Последнее лето в городе — страница 27 из 27

Чемоданы собрал не больше чем за час. Их было три: один – для одежды, еще два – для книг, с которыми я не расставался и перевозил из гостиницы в гостиницу, с места на место. Старое издание «Улисса» из серии «Медуза», «Моби Дик» в переводе Павезе, Конрад, дешевое издание «Великого Гэтсби» – пожелтевшее, но не развалившееся; еще я взял «Мартина Идена», Набокова, старика Хема, стихи Элиота и Томаса, «Мадам Бовари», «Вчерашний мир», Чандлера, «Александрийский квартет» Даррелла, Шекспира и Чехова. Все уместилось в двух чемоданах.

– Вот так всегда, – ответил я консьержу на вопрос, выезжаю ли я из гостиницы, – лучшие уходят первыми.

Он помог погрузить чемоданы в старушку–«альфу». Мой отъезд его огорчил, теперь ему придется покупать «Коррьере делло спорт». В возмещение убытков я подарил ему все пакеты и пакетики Арианны, которые оставил в номере. Подумал, что надо бы позвонить в газету и попрощаться с Розарио, но вдаваться в объяснения не хотелось. Решил никому ничего не говорить и написать позднее – попросить выплатить то, что мне причиталось. Пока что на дорогу и на первое время, где бы я ни очутился, хватало. Где мне предстоит очутиться, я совершенно не представлял. Задумался об этом, кружа наугад по городу, прощаясь с ним. Если честно, я не испытывал к Риму ненависти, но и сожалений тоже, – осознавать это было печально. Я смотрел на высокие лестницы, церкви, столики уличных кафе и ничего не чувствовал.

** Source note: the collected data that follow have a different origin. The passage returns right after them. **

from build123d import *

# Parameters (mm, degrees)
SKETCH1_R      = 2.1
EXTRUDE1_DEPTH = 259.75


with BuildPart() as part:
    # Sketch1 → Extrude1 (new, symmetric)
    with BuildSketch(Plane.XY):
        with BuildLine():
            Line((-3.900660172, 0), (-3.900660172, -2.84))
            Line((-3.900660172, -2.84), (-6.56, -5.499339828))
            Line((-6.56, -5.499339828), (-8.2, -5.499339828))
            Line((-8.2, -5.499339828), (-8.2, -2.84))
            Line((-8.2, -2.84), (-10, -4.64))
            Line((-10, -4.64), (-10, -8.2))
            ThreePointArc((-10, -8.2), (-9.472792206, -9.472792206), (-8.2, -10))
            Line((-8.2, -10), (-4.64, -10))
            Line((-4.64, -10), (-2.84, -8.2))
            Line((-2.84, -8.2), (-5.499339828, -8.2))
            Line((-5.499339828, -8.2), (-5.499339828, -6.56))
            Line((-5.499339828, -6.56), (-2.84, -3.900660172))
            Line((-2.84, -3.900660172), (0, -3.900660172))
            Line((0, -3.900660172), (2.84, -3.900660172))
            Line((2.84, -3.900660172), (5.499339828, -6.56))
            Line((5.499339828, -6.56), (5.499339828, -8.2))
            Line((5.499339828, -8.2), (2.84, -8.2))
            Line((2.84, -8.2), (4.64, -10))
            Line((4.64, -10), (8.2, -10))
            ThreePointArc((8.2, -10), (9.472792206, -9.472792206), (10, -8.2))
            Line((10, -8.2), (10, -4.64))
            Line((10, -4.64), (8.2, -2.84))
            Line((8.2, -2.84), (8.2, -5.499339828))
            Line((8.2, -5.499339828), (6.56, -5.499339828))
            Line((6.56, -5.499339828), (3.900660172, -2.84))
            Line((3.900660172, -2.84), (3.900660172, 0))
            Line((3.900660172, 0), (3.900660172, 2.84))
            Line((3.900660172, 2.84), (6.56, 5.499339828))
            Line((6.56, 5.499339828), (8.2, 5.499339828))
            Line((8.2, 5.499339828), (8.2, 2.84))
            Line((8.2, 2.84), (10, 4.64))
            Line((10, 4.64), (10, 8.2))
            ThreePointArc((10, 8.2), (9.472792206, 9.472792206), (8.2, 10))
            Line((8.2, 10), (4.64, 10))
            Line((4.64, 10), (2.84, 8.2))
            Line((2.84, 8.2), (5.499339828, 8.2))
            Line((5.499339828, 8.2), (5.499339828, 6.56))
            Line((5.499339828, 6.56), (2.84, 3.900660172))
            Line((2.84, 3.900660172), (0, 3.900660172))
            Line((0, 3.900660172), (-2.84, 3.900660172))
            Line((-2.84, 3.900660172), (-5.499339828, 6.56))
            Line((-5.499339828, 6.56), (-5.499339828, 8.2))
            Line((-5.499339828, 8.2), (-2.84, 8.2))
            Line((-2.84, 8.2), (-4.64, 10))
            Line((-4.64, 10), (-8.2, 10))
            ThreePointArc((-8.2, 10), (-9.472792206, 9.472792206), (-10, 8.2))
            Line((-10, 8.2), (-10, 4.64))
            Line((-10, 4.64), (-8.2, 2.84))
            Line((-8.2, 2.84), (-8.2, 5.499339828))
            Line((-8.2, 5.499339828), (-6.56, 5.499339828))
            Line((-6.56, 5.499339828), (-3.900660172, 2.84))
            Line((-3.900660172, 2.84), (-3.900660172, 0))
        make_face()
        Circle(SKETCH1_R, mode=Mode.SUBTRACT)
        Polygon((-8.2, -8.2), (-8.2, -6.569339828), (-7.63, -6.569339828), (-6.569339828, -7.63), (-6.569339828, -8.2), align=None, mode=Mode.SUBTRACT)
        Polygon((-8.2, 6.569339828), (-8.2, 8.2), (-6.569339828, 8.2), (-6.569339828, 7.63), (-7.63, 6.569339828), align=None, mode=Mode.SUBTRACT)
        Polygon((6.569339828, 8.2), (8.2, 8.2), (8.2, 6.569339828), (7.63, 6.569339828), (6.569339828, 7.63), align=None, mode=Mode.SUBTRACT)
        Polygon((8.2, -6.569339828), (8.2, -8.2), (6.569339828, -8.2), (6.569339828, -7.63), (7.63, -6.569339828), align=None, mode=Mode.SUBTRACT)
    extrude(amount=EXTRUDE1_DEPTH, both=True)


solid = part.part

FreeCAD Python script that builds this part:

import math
import FreeCAD as App
import Part
import Sketcher
from FreeCAD import Vector
Q = App.Units.Quantity


def add_polygon(sketch, points):
    """Adds a closed chain of lines whose ends are joined by coincident constraints."""
    first, n = sketch.GeometryCount, len(points)
    for a, b in zip(points, points[1:] + points[:1]):
        sketch.addGeometry(Part.LineSegment(App.Vector(*a, 0), App.Vector(*b, 0)), False)
    for i in range(n):
        sketch.addConstraint(Sketcher.Constraint("Coincident", first + i, 2, first + (i + 1) % n, 1))

doc = App.newDocument("Part")
body = doc.addObject("PartDesign::Body", "Body")

# Sketch on XY plane
sketch1 = doc.addObject("Sketcher::SketchObject", "Sketch")
body.addObject(sketch1)
sketch1.AttachmentSupport = (doc.XY_Plane, [""])
sketch1.MapMode = "FlatFace"
sketch1.addGeometry(Part.LineSegment(Vector(-3.9, -2.8, 0), Vector(-6.6, -5.5, 0)), False)  # 0
sketch1.addGeometry(Part.LineSegment(Vector(-6.6, -5.5, 0), Vector(-8.2, -5.5, 0)), False)  # 1
sketch1.addGeometry(Part.LineSegment(Vector(-8.2, -5.5, 0), Vector(-8.2, -2.8, 0)), False)  # 2
sketch1.addGeometry(Part.LineSegment(Vector(-8.2, -2.8, 0), Vector(-10, -4.6, 0)), False)  # 3
sketch1.addGeometry(Part.LineSegment(Vector(-10, -4.6, 0), Vector(-10, -8.2, 0)), False)  # 4
sketch1.addGeometry(Part.ArcOfCircle(Part.Circle(Vector(-8.2, -8.2, 0), Vector(0, 0, 1), 1.8), math.radians(180), math.radians(270)), False)  # 5
sketch1.addGeometry(Part.LineSegment(Vector(-8.2, -10, 0), Vector(-4.6, -10, 0)), False)  # 6
sketch1.addGeometry(Part.LineSegment(Vector(-4.6, -10, 0), Vector(-2.8, -8.2, 0)), False)  # 7
sketch1.addGeometry(Part.LineSegment(Vector(-2.8, -8.2, 0), Vector(-5.5, -8.2, 0)), False)  # 8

Добрался до окружной. Проехал ее целиком, читая названия на указателях, – мне было все равно куда направиться, так что я решил выбрать между севером и югом. Выбор пал на юг, потому что там было солнце, дорога тянулась вдоль моря – та самая, по которой я ездил за Арианной. Я ехал и ехал, пока указатели с надписью «Рим» почти не перестали попадаться, потом остановился заправиться. Пейзаж изменился. Я видел его выжженным солнцем, теперь он был зеленым, нежным, пышным. Прекрасное утро для путешествия. С приближением к морю климат становился мягче, в какой-то момент я опустил все стекла. Когда же наконец появилось море, я подумал, что было бы здорово искупаться в бухте с крепостью.

Она предстала передо мной спустя час во всей невероятной красе. Бухта оказалась еще просторнее и пустыннее, чем я ее помнил. Видимо, накануне был шторм: на песке виднелись какие-то обломки, чернели на солнце стволы деревьев. Справа возвышалась темная громада сарацинской крепости, на фоне равнодушного голубого неба скалистые горы казались острыми. Я оставил старушку–«альфу» и пробрался через заросли. На пляже валялись ящики из-под фруктов, оторванные дощечки, банки, кучки гниющих цветов. Я подошел к воде. Она была не холодная. Тогда я вернулся к старушке–«альфе» и начал раздеваться. Стянув рубашку через голову, вдруг осознал, что никогда не видел такого красивого места, что никуда дальше не поеду, что приехать мог только сюда. Сел в машину, закурил и стал раздумывать о том, как осуществить единственное, что мне оставалось.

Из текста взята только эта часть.